Stored data entries:

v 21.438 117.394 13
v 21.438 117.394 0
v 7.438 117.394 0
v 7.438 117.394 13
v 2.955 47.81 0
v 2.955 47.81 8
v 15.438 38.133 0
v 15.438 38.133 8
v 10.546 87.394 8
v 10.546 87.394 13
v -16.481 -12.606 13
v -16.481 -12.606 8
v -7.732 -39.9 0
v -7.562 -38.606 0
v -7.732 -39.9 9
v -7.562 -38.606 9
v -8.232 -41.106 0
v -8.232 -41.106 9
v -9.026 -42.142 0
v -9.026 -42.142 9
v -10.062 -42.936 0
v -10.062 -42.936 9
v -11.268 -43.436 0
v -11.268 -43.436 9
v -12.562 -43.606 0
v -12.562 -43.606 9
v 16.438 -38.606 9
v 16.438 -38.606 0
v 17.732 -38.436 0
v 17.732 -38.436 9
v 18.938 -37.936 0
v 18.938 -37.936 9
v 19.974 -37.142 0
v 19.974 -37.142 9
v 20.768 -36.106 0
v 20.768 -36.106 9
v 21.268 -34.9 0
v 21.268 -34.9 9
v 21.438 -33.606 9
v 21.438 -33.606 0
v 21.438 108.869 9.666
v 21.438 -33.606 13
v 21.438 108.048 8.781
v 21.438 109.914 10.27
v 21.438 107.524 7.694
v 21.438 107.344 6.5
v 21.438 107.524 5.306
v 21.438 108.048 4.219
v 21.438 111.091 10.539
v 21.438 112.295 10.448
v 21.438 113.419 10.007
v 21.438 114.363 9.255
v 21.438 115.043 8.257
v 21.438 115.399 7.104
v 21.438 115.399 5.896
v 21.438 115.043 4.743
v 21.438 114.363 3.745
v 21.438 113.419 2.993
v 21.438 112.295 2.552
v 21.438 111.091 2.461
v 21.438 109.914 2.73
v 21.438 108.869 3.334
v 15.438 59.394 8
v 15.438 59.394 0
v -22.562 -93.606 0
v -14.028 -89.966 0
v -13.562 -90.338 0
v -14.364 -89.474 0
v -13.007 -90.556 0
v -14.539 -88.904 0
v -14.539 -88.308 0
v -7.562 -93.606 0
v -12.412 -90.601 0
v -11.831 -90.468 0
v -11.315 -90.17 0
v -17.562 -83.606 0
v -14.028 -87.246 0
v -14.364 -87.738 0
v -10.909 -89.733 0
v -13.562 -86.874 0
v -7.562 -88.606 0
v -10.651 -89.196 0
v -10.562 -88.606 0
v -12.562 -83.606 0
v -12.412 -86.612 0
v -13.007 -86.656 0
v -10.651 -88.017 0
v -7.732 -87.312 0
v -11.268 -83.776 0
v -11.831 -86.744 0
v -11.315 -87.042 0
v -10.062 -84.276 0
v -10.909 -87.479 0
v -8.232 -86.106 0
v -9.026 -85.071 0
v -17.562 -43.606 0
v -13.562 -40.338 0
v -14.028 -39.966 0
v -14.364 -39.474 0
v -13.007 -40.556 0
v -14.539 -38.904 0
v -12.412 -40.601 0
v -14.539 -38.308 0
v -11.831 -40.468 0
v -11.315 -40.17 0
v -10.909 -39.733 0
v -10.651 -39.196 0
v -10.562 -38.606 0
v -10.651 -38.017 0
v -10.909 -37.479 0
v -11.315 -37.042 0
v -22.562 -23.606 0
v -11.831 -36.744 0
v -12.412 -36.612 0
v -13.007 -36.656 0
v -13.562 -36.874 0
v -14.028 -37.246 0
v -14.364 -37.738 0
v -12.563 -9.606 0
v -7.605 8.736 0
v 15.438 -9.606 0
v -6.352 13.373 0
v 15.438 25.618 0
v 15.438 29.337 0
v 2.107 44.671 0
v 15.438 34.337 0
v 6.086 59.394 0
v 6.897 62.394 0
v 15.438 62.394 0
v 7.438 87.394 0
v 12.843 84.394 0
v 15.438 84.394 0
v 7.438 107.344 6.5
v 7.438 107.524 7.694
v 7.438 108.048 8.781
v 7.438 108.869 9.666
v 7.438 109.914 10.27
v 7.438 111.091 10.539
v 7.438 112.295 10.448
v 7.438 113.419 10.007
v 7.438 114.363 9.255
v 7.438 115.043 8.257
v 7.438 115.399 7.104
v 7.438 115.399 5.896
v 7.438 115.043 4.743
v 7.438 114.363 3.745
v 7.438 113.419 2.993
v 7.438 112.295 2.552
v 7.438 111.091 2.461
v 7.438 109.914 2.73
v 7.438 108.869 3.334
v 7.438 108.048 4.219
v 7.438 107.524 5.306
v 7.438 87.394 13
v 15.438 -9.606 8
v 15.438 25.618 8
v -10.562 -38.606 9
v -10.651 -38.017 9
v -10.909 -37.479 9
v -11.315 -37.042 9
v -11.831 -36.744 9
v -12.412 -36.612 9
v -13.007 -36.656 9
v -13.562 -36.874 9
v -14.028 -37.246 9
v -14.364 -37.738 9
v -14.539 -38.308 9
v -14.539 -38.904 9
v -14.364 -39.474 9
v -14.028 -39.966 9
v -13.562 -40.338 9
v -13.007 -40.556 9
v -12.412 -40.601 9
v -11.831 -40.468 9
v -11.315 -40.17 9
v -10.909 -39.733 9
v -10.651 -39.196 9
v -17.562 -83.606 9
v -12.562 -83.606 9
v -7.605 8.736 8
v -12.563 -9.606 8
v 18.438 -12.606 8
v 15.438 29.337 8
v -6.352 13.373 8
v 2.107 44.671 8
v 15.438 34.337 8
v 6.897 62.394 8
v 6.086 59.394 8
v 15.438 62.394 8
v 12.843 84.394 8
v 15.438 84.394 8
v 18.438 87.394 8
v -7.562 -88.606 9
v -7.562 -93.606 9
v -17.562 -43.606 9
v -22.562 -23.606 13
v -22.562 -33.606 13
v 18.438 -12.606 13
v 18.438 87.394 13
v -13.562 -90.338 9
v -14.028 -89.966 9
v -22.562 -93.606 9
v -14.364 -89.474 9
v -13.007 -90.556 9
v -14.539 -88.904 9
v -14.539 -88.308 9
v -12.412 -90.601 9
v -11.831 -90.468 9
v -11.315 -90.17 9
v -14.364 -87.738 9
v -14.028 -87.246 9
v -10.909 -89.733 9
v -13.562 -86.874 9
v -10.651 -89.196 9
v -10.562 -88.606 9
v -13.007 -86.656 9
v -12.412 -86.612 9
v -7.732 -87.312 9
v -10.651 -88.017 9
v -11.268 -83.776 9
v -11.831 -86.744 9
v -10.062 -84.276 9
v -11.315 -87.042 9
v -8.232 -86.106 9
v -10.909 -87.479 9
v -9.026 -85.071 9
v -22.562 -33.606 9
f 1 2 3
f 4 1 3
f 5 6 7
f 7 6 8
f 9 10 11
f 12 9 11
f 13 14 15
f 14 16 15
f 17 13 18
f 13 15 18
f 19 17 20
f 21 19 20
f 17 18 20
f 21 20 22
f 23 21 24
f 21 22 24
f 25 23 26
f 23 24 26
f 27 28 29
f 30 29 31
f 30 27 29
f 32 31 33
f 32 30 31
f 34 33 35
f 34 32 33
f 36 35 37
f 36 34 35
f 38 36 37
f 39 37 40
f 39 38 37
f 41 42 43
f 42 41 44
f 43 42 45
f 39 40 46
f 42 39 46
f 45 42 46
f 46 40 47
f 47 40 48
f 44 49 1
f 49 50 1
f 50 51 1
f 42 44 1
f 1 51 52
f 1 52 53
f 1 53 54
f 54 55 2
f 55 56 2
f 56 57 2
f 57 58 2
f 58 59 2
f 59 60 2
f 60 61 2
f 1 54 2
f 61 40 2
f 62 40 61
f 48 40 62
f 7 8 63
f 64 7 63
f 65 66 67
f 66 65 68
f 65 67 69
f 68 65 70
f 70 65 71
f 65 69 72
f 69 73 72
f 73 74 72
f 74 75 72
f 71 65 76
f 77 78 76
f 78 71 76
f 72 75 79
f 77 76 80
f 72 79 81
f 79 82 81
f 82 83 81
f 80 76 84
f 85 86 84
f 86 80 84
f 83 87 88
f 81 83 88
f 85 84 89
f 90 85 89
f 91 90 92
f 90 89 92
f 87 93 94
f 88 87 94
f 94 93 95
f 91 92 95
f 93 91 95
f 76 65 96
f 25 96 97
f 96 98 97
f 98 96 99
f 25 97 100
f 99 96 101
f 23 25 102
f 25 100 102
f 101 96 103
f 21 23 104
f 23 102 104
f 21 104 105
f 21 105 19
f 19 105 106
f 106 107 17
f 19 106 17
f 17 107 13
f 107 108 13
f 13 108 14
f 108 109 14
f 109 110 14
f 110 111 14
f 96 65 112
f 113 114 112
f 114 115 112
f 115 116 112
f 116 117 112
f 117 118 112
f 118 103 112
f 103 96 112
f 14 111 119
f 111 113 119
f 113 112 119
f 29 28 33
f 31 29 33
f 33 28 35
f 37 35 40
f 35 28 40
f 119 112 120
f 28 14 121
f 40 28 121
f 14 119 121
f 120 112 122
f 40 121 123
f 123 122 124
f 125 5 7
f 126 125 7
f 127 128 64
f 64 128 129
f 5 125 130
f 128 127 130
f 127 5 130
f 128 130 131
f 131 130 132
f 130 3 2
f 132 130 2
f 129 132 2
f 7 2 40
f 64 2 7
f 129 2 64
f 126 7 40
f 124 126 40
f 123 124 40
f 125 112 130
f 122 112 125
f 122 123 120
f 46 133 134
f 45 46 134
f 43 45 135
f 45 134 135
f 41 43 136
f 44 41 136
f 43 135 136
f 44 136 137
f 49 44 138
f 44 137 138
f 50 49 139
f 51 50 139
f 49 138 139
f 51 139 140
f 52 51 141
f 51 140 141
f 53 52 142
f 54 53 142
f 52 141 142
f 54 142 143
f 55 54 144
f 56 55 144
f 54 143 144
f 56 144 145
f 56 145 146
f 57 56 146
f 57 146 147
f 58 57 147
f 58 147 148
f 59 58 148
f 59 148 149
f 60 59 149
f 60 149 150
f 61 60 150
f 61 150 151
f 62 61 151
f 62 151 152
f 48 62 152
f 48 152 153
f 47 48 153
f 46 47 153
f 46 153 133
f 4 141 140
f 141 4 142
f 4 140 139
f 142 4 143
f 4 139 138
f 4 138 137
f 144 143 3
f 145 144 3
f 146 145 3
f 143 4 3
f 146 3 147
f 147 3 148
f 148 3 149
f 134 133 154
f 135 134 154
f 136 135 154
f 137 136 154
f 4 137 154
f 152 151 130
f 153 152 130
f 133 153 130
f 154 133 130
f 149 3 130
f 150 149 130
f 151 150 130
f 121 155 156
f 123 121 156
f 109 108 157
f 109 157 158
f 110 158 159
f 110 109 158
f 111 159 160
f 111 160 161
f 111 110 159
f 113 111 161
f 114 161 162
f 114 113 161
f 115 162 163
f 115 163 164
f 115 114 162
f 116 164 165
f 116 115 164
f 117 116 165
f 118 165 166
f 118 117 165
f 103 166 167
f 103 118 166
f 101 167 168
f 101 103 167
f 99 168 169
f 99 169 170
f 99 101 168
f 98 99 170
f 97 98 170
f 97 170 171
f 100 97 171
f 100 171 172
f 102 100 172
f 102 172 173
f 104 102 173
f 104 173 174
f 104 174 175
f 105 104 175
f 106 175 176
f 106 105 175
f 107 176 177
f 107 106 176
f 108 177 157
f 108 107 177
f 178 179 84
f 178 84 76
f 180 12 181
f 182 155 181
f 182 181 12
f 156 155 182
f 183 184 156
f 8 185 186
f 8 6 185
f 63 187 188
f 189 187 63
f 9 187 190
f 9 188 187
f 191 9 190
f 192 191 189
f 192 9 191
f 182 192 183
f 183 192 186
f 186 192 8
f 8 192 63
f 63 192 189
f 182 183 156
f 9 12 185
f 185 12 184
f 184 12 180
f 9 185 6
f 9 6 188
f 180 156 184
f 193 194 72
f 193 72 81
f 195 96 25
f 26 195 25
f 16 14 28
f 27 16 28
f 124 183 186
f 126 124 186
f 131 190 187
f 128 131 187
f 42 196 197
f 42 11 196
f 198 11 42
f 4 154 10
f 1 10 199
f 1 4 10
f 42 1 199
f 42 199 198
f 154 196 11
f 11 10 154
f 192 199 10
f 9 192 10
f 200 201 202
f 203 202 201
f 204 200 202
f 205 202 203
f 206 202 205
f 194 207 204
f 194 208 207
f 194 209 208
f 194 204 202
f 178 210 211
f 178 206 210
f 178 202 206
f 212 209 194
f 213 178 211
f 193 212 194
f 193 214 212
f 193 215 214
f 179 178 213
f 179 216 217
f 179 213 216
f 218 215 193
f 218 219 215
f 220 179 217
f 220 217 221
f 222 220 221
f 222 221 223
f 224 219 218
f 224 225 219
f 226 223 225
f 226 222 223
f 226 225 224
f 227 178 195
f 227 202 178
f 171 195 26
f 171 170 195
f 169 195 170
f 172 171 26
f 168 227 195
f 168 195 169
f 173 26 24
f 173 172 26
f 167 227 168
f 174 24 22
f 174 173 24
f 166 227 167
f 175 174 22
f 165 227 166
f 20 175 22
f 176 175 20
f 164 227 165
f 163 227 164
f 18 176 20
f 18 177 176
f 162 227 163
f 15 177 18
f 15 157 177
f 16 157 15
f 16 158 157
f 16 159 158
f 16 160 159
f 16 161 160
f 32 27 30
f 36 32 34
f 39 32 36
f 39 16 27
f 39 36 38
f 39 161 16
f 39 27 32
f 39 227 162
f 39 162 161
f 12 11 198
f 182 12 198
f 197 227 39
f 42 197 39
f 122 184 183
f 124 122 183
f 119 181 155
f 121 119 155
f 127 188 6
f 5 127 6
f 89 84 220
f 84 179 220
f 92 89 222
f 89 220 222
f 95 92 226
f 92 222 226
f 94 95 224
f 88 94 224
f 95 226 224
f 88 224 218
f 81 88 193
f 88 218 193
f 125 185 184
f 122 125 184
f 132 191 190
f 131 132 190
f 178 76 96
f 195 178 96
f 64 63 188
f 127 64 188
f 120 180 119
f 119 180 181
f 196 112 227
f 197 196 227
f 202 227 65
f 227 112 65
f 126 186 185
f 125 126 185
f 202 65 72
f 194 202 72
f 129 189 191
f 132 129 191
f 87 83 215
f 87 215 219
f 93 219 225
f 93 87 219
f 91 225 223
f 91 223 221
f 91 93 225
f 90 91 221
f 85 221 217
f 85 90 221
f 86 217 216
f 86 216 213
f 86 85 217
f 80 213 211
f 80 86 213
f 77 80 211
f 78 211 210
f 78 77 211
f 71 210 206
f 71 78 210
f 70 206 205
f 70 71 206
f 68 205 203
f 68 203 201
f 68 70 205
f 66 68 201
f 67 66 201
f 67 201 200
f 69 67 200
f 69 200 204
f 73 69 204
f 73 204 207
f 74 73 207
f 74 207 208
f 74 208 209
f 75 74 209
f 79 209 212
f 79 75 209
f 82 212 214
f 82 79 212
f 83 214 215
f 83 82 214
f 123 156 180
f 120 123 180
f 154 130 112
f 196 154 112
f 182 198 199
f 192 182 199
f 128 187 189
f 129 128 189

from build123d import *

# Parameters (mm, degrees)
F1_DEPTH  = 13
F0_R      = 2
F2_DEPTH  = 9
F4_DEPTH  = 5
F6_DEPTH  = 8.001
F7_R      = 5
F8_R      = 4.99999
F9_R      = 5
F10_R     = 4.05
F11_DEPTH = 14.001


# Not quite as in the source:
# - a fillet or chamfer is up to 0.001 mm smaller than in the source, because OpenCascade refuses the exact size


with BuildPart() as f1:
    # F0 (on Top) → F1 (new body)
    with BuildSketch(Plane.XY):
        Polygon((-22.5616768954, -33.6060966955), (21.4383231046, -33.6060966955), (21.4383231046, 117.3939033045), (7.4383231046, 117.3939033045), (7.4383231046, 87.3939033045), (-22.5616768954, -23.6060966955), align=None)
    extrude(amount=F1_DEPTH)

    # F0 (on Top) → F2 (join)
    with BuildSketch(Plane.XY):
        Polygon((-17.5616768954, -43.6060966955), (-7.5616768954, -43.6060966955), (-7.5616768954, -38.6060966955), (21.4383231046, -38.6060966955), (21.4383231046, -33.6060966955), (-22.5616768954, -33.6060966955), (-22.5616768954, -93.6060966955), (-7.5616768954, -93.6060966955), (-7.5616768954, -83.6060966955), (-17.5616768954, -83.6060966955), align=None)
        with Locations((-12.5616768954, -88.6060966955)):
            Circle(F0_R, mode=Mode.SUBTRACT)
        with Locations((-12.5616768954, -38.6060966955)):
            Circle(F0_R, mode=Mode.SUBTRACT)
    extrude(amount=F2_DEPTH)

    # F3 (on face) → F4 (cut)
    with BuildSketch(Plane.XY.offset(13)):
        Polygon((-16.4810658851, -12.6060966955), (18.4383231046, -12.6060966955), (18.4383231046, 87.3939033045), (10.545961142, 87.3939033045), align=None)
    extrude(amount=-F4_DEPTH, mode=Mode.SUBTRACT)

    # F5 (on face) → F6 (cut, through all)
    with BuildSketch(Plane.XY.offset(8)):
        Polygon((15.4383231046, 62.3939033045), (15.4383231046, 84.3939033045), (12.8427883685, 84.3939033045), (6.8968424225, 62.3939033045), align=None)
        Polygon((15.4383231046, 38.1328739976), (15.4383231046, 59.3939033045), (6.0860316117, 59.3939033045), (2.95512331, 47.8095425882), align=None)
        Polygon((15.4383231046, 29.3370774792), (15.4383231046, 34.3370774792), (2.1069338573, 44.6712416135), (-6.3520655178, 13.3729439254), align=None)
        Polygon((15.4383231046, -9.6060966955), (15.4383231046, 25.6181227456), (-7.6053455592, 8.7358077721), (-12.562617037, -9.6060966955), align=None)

* * *

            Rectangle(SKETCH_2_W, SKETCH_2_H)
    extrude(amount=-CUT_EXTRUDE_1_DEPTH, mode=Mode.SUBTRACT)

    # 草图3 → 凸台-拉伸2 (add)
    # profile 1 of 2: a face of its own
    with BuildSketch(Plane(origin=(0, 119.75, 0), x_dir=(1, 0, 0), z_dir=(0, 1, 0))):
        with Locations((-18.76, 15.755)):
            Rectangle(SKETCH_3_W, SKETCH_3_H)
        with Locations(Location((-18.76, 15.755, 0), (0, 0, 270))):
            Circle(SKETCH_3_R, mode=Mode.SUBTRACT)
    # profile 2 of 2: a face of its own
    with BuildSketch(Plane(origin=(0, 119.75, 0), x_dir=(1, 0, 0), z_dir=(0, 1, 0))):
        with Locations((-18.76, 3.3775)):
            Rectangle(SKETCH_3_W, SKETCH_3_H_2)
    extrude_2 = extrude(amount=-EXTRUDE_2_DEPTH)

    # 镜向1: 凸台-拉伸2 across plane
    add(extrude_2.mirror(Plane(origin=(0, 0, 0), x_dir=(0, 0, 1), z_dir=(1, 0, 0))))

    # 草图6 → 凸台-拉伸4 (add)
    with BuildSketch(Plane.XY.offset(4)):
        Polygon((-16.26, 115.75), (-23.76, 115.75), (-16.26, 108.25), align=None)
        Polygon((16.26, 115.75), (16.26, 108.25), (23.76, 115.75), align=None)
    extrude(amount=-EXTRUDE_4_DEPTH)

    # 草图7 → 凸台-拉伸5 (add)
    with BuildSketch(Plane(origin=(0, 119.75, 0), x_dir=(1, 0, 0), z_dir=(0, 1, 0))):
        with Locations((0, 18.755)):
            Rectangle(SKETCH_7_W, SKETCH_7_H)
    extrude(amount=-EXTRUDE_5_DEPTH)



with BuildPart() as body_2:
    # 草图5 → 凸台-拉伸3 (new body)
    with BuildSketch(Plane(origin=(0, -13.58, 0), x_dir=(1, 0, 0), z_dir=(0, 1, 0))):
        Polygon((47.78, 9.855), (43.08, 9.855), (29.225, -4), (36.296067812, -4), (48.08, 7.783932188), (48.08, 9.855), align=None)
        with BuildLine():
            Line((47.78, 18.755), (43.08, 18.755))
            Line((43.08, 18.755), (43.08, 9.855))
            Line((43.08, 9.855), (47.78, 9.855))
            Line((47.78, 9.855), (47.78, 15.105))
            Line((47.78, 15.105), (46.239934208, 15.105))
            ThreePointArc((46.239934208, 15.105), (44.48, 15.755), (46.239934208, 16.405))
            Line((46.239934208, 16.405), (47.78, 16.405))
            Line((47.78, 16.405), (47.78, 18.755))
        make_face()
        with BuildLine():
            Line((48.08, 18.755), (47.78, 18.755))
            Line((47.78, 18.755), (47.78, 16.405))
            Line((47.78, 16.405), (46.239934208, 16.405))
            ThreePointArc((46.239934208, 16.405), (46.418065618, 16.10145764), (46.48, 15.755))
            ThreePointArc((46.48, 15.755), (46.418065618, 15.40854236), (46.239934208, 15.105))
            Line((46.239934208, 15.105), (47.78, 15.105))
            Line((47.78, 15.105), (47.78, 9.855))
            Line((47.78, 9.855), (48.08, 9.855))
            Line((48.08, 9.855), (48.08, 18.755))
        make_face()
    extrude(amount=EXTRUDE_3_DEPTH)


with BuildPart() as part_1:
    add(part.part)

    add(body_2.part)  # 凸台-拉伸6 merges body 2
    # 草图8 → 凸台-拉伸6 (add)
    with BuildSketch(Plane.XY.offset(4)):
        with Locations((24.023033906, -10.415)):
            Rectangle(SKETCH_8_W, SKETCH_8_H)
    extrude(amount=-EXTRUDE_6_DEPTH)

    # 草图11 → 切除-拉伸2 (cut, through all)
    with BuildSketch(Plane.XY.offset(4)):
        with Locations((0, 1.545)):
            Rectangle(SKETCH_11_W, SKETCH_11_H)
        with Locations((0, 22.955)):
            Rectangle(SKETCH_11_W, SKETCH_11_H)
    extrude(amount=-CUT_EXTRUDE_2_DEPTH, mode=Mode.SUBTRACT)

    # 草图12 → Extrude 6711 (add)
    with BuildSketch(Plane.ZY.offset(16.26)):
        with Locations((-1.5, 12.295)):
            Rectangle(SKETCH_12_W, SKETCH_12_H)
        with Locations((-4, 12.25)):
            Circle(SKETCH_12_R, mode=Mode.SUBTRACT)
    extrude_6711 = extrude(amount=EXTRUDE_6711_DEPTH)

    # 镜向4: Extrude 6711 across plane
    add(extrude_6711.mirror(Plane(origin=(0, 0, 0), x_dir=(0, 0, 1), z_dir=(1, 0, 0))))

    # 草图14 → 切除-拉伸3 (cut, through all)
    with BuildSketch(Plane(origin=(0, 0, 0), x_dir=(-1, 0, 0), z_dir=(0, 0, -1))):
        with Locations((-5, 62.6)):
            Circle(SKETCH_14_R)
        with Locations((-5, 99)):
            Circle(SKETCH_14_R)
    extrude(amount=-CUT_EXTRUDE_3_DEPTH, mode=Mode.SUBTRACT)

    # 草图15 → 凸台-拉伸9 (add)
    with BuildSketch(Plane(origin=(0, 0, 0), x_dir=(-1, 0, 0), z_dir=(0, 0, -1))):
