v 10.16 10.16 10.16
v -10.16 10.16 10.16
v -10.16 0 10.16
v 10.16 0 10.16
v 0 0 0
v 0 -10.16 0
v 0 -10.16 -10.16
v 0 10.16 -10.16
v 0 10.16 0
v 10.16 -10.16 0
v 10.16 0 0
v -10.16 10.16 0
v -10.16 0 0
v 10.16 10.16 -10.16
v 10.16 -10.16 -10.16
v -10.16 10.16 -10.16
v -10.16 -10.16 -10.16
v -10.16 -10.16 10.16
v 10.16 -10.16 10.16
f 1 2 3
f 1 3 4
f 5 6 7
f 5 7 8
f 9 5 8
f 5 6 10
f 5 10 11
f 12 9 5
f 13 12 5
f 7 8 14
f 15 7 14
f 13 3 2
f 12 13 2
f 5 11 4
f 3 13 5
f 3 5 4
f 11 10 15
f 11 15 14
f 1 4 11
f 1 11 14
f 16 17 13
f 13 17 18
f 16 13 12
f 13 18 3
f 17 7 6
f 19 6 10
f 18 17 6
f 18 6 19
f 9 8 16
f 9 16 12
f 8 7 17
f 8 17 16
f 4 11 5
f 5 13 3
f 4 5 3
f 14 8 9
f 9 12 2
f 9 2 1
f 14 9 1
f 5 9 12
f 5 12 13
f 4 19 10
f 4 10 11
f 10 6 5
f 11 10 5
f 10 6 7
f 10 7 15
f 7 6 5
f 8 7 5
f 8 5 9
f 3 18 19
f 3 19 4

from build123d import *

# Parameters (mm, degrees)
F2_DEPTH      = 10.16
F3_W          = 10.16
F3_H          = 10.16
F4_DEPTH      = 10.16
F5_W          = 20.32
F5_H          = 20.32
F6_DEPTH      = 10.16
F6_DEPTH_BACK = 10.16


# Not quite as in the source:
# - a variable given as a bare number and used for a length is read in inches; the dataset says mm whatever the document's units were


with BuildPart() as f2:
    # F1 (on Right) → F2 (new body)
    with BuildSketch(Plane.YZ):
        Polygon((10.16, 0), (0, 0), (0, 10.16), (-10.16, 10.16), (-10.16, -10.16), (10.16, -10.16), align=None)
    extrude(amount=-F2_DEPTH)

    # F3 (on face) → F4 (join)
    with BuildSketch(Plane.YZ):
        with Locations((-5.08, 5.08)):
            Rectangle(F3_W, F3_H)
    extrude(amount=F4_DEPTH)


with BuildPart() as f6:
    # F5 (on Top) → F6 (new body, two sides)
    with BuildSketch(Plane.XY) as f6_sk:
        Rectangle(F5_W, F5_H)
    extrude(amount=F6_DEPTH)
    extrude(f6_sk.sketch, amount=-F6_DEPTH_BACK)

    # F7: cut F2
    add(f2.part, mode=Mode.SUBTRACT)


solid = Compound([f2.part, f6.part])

# [WHAT TO PRODUCE]
Lines that hold the word "profile" are the ones to copy from the entries above.

# [TASK SOLUTION]
    # profile 1 of 2: a face of its own
    # profile 2 of 2: a face of its own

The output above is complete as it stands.